▶ _BRIEF_
Each line that contains the word "TORUS" is to be copied from the records below.

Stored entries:
· · · · · · ·
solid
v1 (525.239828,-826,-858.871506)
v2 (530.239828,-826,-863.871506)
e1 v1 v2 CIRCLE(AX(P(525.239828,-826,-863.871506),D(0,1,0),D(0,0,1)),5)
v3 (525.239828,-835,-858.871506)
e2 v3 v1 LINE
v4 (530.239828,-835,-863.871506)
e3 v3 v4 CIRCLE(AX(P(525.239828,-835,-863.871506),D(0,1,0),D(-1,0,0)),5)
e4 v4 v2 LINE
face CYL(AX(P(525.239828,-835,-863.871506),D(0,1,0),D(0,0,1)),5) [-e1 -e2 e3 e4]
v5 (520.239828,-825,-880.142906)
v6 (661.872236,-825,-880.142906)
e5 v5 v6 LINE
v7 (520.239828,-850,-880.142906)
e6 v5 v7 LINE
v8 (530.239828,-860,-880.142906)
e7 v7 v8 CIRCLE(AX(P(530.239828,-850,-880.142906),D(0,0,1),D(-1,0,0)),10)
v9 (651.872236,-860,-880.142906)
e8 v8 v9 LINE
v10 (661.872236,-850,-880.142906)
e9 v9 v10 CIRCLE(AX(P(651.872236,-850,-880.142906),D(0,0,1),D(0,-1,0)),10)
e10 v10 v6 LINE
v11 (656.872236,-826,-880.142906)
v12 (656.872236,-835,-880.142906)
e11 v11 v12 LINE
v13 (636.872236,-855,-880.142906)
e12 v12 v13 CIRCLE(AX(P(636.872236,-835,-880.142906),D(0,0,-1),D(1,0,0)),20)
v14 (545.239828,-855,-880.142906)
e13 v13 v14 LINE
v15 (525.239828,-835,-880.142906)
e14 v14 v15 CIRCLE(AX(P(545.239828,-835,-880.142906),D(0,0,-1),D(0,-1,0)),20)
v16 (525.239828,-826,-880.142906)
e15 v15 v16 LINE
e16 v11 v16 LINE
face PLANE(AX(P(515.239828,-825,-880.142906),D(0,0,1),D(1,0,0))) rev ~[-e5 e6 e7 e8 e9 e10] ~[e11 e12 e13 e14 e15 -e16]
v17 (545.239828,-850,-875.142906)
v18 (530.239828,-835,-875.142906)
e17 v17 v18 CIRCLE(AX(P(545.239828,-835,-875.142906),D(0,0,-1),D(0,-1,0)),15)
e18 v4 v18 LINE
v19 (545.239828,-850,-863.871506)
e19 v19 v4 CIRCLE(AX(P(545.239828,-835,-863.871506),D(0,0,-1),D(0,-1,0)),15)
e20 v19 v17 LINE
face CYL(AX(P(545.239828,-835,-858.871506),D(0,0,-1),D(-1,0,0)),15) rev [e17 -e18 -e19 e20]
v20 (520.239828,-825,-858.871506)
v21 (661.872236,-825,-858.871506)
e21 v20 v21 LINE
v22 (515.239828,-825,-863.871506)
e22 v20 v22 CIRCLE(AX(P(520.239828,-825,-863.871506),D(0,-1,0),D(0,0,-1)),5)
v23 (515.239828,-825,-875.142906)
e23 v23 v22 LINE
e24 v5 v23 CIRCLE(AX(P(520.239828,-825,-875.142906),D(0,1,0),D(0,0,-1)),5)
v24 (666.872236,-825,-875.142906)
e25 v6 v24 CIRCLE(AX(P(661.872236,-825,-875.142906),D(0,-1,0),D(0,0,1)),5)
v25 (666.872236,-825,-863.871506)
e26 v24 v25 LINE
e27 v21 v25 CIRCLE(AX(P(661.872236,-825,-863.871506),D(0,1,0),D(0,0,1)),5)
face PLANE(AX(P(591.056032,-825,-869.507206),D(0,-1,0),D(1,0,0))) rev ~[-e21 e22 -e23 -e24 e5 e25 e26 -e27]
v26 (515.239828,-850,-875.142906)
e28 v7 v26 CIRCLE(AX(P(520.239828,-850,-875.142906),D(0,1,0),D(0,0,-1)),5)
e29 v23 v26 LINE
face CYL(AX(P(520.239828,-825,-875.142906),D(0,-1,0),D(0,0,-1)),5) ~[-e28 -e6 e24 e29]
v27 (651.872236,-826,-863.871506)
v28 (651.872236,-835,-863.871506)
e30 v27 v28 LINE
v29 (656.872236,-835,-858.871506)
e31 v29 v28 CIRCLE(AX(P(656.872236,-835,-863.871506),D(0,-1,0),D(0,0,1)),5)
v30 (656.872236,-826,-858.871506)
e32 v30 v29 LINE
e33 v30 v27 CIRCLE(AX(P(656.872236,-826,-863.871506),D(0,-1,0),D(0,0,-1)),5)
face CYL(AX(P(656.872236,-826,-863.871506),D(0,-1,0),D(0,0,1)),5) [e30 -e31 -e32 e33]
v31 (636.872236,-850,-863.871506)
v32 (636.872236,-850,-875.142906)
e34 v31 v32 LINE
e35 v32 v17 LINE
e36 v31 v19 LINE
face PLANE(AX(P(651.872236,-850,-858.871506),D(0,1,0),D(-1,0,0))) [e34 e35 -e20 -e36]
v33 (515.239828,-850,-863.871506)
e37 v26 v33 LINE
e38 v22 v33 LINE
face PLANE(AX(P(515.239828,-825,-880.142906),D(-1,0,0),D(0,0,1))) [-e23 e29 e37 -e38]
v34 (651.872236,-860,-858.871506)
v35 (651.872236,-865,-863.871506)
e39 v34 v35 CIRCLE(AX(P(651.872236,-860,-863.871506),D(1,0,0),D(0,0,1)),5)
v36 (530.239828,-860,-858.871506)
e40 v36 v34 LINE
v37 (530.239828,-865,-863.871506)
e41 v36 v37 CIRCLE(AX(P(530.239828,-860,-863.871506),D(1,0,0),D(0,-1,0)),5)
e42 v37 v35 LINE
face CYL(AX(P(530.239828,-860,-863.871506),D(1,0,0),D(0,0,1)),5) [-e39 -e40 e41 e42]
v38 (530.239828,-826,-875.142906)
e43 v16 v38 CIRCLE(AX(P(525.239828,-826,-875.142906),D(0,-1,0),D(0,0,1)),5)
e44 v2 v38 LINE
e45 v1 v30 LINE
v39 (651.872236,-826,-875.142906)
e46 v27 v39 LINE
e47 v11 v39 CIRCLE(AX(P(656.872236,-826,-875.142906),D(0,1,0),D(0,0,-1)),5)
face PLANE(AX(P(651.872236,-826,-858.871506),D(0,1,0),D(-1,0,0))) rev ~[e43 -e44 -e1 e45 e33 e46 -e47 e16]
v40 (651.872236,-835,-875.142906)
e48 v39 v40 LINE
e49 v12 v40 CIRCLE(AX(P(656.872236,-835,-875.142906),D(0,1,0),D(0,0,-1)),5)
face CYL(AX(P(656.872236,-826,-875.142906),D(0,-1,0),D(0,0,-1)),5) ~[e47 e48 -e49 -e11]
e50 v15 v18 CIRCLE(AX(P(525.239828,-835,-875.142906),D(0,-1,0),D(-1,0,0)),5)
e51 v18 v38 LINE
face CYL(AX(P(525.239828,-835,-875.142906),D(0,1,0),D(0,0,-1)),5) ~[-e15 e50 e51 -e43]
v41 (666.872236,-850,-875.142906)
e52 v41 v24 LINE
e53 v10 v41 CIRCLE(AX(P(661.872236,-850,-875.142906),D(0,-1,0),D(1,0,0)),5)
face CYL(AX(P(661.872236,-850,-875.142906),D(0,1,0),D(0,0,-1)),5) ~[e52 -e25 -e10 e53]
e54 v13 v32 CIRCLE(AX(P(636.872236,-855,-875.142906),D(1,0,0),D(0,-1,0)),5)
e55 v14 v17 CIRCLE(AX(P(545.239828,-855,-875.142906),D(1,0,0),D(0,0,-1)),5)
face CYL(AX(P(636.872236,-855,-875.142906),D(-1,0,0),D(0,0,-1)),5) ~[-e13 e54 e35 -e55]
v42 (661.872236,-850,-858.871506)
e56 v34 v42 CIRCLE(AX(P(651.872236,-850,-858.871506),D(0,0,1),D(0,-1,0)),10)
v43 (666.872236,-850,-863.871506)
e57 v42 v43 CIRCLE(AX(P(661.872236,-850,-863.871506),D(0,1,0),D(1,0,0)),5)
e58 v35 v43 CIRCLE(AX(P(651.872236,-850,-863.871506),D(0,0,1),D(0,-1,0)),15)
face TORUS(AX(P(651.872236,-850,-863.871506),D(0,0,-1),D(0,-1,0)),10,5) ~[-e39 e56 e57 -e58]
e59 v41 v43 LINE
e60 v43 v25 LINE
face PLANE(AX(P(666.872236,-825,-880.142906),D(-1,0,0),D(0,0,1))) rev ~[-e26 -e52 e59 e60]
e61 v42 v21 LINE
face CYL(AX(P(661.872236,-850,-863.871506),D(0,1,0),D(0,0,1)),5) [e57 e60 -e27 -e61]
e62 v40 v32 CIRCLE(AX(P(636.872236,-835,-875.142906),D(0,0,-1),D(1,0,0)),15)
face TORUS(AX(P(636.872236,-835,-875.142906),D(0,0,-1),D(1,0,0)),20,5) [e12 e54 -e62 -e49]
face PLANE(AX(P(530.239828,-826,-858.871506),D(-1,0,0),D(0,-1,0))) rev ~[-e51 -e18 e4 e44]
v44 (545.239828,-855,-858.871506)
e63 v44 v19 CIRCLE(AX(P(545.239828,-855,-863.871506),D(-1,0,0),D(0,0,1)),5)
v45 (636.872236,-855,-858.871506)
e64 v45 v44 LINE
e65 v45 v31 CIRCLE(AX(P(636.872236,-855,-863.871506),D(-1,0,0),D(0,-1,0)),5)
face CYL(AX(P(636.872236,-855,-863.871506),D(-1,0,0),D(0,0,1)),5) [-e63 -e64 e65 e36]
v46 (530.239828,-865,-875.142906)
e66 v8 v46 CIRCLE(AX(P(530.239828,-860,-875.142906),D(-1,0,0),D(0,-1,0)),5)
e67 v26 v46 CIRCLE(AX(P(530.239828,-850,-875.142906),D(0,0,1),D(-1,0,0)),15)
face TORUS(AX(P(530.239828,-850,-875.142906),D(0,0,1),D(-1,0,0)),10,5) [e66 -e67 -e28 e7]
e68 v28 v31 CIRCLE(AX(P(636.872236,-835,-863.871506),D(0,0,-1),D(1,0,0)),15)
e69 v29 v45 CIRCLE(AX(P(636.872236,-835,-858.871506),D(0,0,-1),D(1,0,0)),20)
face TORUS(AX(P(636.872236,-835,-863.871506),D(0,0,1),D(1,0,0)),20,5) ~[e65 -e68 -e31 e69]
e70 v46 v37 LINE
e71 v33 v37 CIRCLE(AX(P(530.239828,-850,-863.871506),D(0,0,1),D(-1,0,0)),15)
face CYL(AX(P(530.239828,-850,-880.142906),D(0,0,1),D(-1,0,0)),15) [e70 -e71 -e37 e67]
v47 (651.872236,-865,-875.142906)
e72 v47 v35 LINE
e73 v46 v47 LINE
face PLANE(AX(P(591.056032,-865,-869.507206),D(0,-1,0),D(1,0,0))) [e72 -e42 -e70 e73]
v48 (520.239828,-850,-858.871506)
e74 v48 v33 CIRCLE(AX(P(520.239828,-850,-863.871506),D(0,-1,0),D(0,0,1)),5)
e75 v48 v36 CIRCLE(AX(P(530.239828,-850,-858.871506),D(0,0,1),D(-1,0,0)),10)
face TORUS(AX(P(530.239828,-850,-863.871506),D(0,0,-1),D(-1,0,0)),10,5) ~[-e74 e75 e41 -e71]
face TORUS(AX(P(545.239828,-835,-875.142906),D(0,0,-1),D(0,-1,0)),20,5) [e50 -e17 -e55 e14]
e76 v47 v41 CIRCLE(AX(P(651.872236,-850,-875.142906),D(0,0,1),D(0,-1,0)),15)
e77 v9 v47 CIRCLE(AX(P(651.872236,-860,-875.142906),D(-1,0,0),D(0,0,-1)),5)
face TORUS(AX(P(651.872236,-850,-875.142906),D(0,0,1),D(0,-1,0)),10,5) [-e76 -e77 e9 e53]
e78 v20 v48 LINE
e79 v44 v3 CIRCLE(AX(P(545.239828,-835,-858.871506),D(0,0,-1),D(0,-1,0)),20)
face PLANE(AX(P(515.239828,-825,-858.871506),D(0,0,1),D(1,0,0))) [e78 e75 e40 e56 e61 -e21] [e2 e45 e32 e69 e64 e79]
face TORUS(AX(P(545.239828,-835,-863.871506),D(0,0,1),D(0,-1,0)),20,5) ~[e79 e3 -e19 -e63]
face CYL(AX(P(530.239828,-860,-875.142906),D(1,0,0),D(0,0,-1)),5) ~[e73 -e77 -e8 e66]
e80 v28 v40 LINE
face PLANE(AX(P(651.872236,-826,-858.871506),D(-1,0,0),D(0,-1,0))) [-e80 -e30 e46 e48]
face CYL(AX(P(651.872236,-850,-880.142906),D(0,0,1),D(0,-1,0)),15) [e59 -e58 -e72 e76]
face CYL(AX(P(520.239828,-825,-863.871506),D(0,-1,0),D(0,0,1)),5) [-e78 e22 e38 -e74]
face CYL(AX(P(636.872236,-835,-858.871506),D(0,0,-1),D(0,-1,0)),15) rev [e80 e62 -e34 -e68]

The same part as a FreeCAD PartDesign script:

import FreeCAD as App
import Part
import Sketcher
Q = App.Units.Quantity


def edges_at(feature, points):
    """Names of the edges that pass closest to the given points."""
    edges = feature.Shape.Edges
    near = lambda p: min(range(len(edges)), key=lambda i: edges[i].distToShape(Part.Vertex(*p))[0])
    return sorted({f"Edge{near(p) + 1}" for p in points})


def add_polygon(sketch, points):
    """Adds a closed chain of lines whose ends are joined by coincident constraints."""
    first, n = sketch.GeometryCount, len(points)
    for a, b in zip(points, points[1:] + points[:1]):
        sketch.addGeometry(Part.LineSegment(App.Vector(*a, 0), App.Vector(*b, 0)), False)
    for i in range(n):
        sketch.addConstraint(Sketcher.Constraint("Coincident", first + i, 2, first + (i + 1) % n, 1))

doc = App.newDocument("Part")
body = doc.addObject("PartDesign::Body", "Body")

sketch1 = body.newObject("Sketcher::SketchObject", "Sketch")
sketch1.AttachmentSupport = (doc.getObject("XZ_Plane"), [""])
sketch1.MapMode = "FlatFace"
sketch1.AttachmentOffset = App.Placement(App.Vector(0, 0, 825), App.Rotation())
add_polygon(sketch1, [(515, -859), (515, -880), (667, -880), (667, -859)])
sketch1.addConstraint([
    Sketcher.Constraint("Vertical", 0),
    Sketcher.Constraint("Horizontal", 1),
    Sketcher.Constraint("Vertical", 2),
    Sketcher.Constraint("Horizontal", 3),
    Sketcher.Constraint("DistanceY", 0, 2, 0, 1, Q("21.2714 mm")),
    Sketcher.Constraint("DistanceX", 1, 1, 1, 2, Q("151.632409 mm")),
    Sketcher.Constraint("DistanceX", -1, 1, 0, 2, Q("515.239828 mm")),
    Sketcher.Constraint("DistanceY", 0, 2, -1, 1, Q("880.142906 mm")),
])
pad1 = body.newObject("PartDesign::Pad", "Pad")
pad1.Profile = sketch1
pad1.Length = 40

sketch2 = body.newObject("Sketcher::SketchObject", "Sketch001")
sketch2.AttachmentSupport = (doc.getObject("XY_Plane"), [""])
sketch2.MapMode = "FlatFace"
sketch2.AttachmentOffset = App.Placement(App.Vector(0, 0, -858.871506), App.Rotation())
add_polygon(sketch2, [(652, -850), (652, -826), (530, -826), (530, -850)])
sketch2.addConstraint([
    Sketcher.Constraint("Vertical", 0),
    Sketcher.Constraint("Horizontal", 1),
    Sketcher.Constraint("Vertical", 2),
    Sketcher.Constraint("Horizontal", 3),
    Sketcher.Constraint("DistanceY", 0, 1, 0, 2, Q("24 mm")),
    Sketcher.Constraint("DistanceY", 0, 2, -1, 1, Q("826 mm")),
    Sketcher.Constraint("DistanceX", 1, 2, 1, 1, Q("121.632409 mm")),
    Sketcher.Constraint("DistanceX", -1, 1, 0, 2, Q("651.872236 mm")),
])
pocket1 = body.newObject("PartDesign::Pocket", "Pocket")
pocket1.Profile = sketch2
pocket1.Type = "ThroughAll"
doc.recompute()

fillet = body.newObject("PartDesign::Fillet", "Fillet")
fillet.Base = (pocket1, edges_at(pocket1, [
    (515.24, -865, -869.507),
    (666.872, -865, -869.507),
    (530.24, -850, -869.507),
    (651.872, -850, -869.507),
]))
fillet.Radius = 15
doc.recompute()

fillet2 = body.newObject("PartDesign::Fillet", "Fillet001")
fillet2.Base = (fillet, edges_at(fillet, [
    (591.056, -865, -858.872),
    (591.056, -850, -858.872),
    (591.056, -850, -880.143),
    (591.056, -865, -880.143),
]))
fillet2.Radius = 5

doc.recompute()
· · · · · · ·
▶ _ANSWER SECTION_
face TORUS(AX(P(651.872236,-850,-863.871506),D(0,0,-1),D(0,-1,0)),10,5) ~[-e39 e56 e57 -e58]
face TORUS(AX(P(636.872236,-835,-875.142906),D(0,0,-1),D(1,0,0)),20,5) [e12 e54 -e62 -e49]
face TORUS(AX(P(530.239828,-850,-875.142906),D(0,0,1),D(-1,0,0)),10,5) [e66 -e67 -e28 e7]
face TORUS(AX(P(636.872236,-835,-863.871506),D(0,0,1),D(1,0,0)),20,5) ~[e65 -e68 -e31 e69]
face TORUS(AX(P(530.239828,-850,-863.871506),D(0,0,-1),D(-1,0,0)),10,5) ~[-e74 e75 e41 -e71]
face TORUS(AX(P(545.239828,-835,-875.142906),D(0,0,-1),D(0,-1,0)),20,5) [e50 -e17 -e55 e14]
face TORUS(AX(P(651.872236,-850,-875.142906),D(0,0,1),D(0,-1,0)),10,5) [-e76 -e77 e9 e53]
face TORUS(AX(P(545.239828,-835,-863.871506),D(0,0,1),D(0,-1,0)),20,5) ~[e79 e3 -e19 -e63]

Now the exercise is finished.